Елена поникла перед этими горящими глазами.

И Мишель поняла, что девушке страшно. Голос ее смягчился, а рука снова легла на черные волосы.

— Прости меня, я не хотела испугать...

— Но я не хочу этой ноши, — тихо и просто призналась девушка. Теперь она плакала, не стесняясь, и горячая соль жгла ей щеки.

Мишель обняла Елену и стала баюкать, как маленькую.

— Что-то говорит мне, что тебе в твоем странствии больше всего не хватало тепла, — прошептала она, обнимая Елену все крепче и крепче.

Так они сидели в молчаливом объятии несколько секунд, и Елена наслаждалась любовью, струившейся от тела Мишель — и это была не любовь к избраннице и надежде страны, а просто любовь родного человека.

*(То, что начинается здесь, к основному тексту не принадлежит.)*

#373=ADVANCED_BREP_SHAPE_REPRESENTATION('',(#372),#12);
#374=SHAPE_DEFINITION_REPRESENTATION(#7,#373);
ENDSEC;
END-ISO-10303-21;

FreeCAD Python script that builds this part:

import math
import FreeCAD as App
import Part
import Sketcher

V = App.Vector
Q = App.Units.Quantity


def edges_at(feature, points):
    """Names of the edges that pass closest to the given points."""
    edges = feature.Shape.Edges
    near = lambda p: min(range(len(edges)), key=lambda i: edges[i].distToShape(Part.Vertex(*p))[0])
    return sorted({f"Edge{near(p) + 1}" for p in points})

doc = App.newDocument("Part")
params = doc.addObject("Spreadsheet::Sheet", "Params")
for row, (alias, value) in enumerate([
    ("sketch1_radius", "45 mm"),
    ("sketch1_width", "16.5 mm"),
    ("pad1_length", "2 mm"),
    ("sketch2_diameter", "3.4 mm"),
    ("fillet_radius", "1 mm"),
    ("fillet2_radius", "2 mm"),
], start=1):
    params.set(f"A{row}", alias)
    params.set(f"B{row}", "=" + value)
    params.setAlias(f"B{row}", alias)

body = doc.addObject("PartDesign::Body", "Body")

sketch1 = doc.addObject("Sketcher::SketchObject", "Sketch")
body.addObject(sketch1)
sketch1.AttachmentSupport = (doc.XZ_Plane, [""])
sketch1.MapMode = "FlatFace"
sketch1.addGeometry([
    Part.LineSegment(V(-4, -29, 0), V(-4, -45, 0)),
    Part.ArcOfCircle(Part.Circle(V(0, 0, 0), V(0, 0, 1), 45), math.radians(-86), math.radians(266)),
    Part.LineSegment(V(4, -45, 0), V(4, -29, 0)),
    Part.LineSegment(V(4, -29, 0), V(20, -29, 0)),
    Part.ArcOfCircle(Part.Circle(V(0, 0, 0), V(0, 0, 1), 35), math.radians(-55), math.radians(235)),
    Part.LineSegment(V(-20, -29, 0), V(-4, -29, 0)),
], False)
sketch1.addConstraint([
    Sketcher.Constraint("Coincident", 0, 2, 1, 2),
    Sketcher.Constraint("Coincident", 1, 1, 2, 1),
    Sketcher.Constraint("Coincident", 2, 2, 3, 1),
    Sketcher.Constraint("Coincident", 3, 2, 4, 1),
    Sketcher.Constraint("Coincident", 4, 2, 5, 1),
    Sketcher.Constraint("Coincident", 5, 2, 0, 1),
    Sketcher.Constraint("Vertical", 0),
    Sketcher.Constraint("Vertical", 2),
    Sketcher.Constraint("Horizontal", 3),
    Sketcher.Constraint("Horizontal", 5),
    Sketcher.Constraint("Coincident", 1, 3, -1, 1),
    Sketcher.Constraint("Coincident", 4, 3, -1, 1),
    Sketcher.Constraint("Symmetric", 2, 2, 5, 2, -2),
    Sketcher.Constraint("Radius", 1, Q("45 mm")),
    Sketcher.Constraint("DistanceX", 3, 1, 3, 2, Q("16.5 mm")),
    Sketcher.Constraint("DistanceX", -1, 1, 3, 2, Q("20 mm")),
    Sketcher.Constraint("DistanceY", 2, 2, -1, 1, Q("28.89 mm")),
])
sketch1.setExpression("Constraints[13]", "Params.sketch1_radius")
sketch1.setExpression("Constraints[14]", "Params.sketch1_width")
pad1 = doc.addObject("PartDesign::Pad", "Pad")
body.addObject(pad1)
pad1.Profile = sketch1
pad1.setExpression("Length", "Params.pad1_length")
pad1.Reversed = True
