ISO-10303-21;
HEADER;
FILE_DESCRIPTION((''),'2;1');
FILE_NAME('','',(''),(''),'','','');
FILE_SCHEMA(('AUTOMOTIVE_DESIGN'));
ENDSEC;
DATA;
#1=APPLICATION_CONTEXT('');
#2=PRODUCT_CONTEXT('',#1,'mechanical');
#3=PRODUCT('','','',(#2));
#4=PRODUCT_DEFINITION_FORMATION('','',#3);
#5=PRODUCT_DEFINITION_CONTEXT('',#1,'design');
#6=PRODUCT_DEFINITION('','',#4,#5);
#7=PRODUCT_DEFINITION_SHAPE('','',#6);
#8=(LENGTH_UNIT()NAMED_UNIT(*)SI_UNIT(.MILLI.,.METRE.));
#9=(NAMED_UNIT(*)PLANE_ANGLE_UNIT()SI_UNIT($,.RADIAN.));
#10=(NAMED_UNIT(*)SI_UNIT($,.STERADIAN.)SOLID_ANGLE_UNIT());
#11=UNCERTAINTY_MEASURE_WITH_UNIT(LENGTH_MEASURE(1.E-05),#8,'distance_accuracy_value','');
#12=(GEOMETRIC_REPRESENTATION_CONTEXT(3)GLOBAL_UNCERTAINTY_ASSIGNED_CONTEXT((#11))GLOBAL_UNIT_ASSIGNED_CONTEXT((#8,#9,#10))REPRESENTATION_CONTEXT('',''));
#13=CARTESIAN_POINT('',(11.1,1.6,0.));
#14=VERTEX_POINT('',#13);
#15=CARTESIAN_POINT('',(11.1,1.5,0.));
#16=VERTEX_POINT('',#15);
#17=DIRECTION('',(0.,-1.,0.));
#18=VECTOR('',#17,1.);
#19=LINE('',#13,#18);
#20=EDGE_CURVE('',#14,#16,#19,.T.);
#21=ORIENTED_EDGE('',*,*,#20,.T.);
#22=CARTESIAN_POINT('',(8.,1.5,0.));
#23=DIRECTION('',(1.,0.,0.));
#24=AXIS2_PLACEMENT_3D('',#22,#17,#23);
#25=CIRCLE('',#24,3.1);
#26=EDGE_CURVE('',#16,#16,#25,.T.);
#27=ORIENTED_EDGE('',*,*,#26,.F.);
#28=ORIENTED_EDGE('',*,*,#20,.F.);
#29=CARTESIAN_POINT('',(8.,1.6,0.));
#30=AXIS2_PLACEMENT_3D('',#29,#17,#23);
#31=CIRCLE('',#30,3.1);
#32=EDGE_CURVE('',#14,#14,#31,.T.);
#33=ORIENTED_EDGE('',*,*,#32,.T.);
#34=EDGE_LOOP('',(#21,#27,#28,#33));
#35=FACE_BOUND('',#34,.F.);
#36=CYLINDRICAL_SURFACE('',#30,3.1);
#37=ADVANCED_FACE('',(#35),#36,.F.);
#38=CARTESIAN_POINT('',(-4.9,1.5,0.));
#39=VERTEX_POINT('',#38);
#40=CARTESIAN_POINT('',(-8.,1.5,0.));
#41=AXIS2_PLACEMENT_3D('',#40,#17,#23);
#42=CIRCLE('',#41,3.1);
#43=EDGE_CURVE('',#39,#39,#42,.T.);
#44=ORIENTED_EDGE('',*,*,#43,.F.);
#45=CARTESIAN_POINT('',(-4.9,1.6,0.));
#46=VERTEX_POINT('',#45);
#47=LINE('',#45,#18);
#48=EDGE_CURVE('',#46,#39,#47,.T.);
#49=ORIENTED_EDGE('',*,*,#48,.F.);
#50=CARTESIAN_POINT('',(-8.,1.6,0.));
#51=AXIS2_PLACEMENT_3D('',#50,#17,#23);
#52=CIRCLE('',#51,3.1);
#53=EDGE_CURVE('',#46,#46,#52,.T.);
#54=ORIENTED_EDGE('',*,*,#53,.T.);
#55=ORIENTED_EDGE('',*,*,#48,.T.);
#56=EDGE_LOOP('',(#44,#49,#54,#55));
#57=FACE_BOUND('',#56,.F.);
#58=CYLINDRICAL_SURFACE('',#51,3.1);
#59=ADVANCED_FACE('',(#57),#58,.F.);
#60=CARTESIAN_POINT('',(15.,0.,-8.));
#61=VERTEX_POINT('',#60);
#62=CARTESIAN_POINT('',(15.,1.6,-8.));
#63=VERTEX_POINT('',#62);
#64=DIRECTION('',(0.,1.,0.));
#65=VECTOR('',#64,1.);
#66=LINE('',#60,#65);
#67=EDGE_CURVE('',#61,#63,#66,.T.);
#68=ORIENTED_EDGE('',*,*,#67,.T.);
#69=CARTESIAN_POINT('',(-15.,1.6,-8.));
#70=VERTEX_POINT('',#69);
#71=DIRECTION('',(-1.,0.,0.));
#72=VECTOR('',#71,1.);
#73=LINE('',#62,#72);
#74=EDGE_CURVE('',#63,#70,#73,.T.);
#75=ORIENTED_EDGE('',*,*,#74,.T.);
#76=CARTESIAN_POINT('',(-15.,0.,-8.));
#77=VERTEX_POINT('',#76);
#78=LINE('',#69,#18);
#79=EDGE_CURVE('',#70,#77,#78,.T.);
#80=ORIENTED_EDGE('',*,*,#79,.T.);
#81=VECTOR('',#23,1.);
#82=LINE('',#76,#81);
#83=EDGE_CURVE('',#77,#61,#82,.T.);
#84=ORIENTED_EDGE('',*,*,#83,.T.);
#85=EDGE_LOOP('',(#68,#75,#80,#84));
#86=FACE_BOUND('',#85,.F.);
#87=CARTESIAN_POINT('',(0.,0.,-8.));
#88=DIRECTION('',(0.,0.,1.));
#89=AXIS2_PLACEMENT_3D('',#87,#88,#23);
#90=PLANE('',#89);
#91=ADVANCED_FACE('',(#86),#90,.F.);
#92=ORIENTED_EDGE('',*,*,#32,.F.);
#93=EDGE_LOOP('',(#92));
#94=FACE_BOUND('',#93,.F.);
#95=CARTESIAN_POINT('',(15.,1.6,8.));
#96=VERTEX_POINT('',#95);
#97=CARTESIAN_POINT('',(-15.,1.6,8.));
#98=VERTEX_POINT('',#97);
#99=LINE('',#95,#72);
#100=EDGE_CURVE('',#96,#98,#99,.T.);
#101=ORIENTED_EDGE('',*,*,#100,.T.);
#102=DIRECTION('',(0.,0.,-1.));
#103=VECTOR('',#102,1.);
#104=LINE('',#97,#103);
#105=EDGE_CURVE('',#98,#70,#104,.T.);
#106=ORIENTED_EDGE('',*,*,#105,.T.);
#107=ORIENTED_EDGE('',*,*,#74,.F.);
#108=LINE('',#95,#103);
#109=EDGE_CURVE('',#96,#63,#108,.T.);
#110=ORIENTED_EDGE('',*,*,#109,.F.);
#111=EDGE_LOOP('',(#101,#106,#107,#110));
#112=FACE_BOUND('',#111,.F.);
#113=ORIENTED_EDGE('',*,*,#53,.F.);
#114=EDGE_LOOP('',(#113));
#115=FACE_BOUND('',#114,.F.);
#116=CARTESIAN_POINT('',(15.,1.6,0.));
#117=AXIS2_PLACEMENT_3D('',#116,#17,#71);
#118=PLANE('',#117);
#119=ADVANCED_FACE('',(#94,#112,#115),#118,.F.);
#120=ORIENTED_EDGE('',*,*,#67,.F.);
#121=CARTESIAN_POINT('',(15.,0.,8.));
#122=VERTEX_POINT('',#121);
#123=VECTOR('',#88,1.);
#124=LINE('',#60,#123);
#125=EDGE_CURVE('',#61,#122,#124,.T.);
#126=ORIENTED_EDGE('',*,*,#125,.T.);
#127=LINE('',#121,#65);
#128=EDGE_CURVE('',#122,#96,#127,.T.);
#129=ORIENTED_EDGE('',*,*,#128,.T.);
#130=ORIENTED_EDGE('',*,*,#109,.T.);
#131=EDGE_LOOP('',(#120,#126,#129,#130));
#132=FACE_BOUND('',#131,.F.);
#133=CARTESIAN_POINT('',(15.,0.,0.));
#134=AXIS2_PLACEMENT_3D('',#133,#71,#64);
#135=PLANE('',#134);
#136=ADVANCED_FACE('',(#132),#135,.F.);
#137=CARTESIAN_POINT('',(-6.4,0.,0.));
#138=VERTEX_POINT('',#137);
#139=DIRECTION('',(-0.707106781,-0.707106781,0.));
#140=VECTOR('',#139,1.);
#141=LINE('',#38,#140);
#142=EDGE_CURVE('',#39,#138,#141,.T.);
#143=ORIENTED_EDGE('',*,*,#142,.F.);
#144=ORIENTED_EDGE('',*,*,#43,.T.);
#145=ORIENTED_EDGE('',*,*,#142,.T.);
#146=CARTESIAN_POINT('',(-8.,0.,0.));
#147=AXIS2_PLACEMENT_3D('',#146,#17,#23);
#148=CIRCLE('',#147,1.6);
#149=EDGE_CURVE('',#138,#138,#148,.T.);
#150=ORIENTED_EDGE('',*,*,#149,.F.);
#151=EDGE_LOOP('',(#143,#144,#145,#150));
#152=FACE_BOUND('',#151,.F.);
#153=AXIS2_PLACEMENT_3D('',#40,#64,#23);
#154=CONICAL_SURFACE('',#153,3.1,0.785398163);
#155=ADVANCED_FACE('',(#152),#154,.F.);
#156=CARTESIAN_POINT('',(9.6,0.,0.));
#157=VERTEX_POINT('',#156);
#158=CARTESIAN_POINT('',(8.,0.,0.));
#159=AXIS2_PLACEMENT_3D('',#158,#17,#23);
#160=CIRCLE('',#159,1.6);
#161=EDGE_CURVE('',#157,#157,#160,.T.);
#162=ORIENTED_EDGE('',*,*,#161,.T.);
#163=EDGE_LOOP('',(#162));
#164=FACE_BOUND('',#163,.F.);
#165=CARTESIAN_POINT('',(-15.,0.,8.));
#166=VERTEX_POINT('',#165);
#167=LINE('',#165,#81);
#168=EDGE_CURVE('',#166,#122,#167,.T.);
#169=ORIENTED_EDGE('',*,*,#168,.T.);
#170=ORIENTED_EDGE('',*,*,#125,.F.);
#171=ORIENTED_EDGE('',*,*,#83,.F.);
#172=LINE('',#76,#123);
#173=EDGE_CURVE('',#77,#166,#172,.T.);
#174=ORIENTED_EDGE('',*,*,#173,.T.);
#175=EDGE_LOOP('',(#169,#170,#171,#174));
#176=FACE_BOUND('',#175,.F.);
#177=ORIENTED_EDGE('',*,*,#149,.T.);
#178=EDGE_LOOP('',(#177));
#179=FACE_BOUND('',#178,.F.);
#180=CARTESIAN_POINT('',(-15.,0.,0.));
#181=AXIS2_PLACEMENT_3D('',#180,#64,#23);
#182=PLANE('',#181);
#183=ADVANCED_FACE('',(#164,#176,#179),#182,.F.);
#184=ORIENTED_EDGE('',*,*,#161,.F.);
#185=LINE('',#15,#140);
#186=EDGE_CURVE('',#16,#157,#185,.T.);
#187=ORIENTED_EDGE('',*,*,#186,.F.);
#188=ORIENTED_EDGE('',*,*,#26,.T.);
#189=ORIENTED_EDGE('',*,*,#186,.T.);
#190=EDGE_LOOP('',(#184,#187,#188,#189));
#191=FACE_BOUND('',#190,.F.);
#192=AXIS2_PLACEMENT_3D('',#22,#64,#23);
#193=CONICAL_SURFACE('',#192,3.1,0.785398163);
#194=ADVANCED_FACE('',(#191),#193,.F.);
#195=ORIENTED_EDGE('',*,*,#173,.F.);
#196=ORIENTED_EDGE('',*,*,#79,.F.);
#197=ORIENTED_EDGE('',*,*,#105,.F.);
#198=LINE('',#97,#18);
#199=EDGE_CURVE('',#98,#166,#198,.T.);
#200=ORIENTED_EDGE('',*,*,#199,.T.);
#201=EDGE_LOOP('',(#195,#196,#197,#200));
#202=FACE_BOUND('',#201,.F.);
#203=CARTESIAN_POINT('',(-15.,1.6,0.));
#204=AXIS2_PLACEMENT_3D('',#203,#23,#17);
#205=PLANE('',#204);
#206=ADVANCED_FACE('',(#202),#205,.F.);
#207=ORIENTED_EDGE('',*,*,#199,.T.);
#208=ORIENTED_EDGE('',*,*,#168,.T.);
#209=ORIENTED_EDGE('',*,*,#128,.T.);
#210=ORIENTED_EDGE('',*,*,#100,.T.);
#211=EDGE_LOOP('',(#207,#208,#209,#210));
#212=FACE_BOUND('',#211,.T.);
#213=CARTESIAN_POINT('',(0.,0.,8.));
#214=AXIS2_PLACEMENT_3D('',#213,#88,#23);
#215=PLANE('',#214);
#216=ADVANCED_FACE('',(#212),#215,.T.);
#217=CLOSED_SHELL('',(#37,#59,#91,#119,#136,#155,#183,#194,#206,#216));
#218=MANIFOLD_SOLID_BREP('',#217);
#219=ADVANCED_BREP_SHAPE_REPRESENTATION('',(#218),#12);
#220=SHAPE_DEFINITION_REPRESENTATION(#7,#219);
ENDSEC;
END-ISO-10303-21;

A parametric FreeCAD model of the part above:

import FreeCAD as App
import Part
import Sketcher
Q = App.Units.Quantity


def add_polygon(sketch, points):
    """Adds a closed chain of lines whose ends are joined by coincident constraints."""
    first, n = sketch.GeometryCount, len(points)
    for a, b in zip(points, points[1:] + points[:1]):
        sketch.addGeometry(Part.LineSegment(App.Vector(*a, 0), App.Vector(*b, 0)), False)
    for i in range(n):
        sketch.addConstraint(Sketcher.Constraint("Coincident", first + i, 2, first + (i + 1) % n, 1))

doc = App.newDocument("Part")
body = doc.addObject("PartDesign::Body", "Body")

# Sketch on XY plane
sketch1 = body.newObject("Sketcher::SketchObject", "Sketch")
sketch1.AttachmentSupport = (doc.getObject("XY_Plane"), [""])
sketch1.MapMode = "FlatFace"
add_polygon(sketch1, [(-15, 1.6), (-15, 0), (15, 0), (15, 1.6)])  # lines 0-3
sketch1.addConstraint(Sketcher.Constraint("Vertical", 0))
sketch1.addConstraint(Sketcher.Constraint("Horizontal", 1))
sketch1.addConstraint(Sketcher.Constraint("Vertical", 2))
sketch1.addConstraint(Sketcher.Constraint("Horizontal", 3))
sketch1.addConstraint(Sketcher.Constraint("Symmetric", 0, 2, 1, 2, -1, 1))
sketch1.addConstraint(Sketcher.Constraint("DistanceX", 1, 1, 1, 2, 30.0))
sketch1.addConstraint(Sketcher.Constraint("DistanceY", 0, 2, 0, 1, 1.6))
pad1 = body.newObject("PartDesign::Pad", "Pad")
pad1.Profile = sketch1
pad1.Length = 16
pad1.Midplane = True

# Sketch on XY plane
sketch2 = body.newObject("Sketcher::SketchObject", "Sketch001")
sketch2.AttachmentSupport = (doc.getObject("XY_Plane"), [""])
sketch2.MapMode = "FlatFace"
add_polygon(sketch2, [(8, 1.6), (8, 0), (9.6, 0), (11.1, 1.5), (11.1, 1.6)])  # lines 0-4
sketch2.addGeometry(Part.LineSegment(App.Vector(8, 1.6, 0), App.Vector(8, 0, 0)), True)  # axis
sketch2.addConstraint(Sketcher.Constraint("Vertical", 0))
sketch2.addConstraint(Sketcher.Constraint("Horizontal", 1))
sketch2.addConstraint(Sketcher.Constraint("Vertical", 3))
sketch2.addConstraint(Sketcher.Constraint("Horizontal", 4))
sketch2.addConstraint(Sketcher.Constraint("Vertical", 5))
sketch2.addConstraint(Sketcher.Constraint("Coincident", 5, 1, 4, 2))
sketch2.addConstraint(Sketcher.Constraint("PointOnObject", 0, 2, -1))
sketch2.addConstraint(Sketcher.Constraint("PointOnObject", 5, 2, -1))
sketch2.addConstraint(Sketcher.Constraint("Equal", 1, 0))
sketch2.addConstraint(Sketcher.Constraint("Angle", 2, Q("45 deg")))
sketch2.addConstraint(Sketcher.Constraint("DistanceX", 1, 1, 1, 2, 1.6))
sketch2.addConstraint(Sketcher.Constraint("DistanceX", 4, 2, 4, 1, 3.1))
sketch2.addConstraint(Sketcher.Constraint("DistanceX", -1, 1, 0, 2, 8.0))
groove = body.newObject("PartDesign::Groove", "Groove")
groove.Profile = sketch2
groove.ReferenceAxis = (sketch2, ["Axis0"])
groove.Angle = 360

# Sketch on XY plane
sketch3 = body.newObject("Sketcher::SketchObject", "Sketch002")
sketch3.AttachmentSupport = (doc.getObject("XY_Plane"), [""])
sketch3.MapMode = "FlatFace"
add_polygon(sketch3, [(-8, 1.6), (-8, 0), (-6.4, 0), (-4.9, 1.5), (-4.9, 1.6)])  # lines 0-4
sketch3.addGeometry(Part.LineSegment(App.Vector(-8, 1.6, 0), App.Vector(-8, 0, 0)), True)  # axis
sketch3.addConstraint(Sketcher.Constraint("Vertical", 0))
sketch3.addConstraint(Sketcher.Constraint("Horizontal", 1))
sketch3.addConstraint(Sketcher.Constraint("Vertical", 3))
sketch3.addConstraint(Sketcher.Constraint("Horizontal", 4))
sketch3.addConstraint(Sketcher.Constraint("Vertical", 5))
sketch3.addConstraint(Sketcher.Constraint("Coincident", 5, 1, 4, 2))
sketch3.addConstraint(Sketcher.Constraint("PointOnObject", 0, 2, -1))
sketch3.addConstraint(Sketcher.Constraint("PointOnObject", 5, 2, -1))
sketch3.addConstraint(Sketcher.Constraint("Equal", 1, 0))
sketch3.addConstraint(Sketcher.Constraint("Angle", 2, Q("45 deg")))
sketch3.addConstraint(Sketcher.Constraint("DistanceX", 1, 1, 1, 2, 1.6))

Наконец — и слишком быстро — Мишель оторвала лицо девушки от своей груди и отерла ей слезы.

— У тебя глаза матери, такие же прекрасные, — улыбнулась она.

Елена с трудом удержалась от стона.

— Вот и все, что я хотела тебе сказать. Я не хотела, чтобы ноша твоя стала тяжелее или ты испугалась еще больше. Нет, я только хотела напомнить тебе, что ты не меч... не рука с розой... ты дочь своей матери, ты женщина. И именно это даст тебе самые большие силы в грядущей борьбе с темной магией. — Она снова коснулась черных волос девушки. — И никогда, даже среди всех этих мужчин не забывай, что ты женщина, — тихо закончила она с ласковой улыбкой.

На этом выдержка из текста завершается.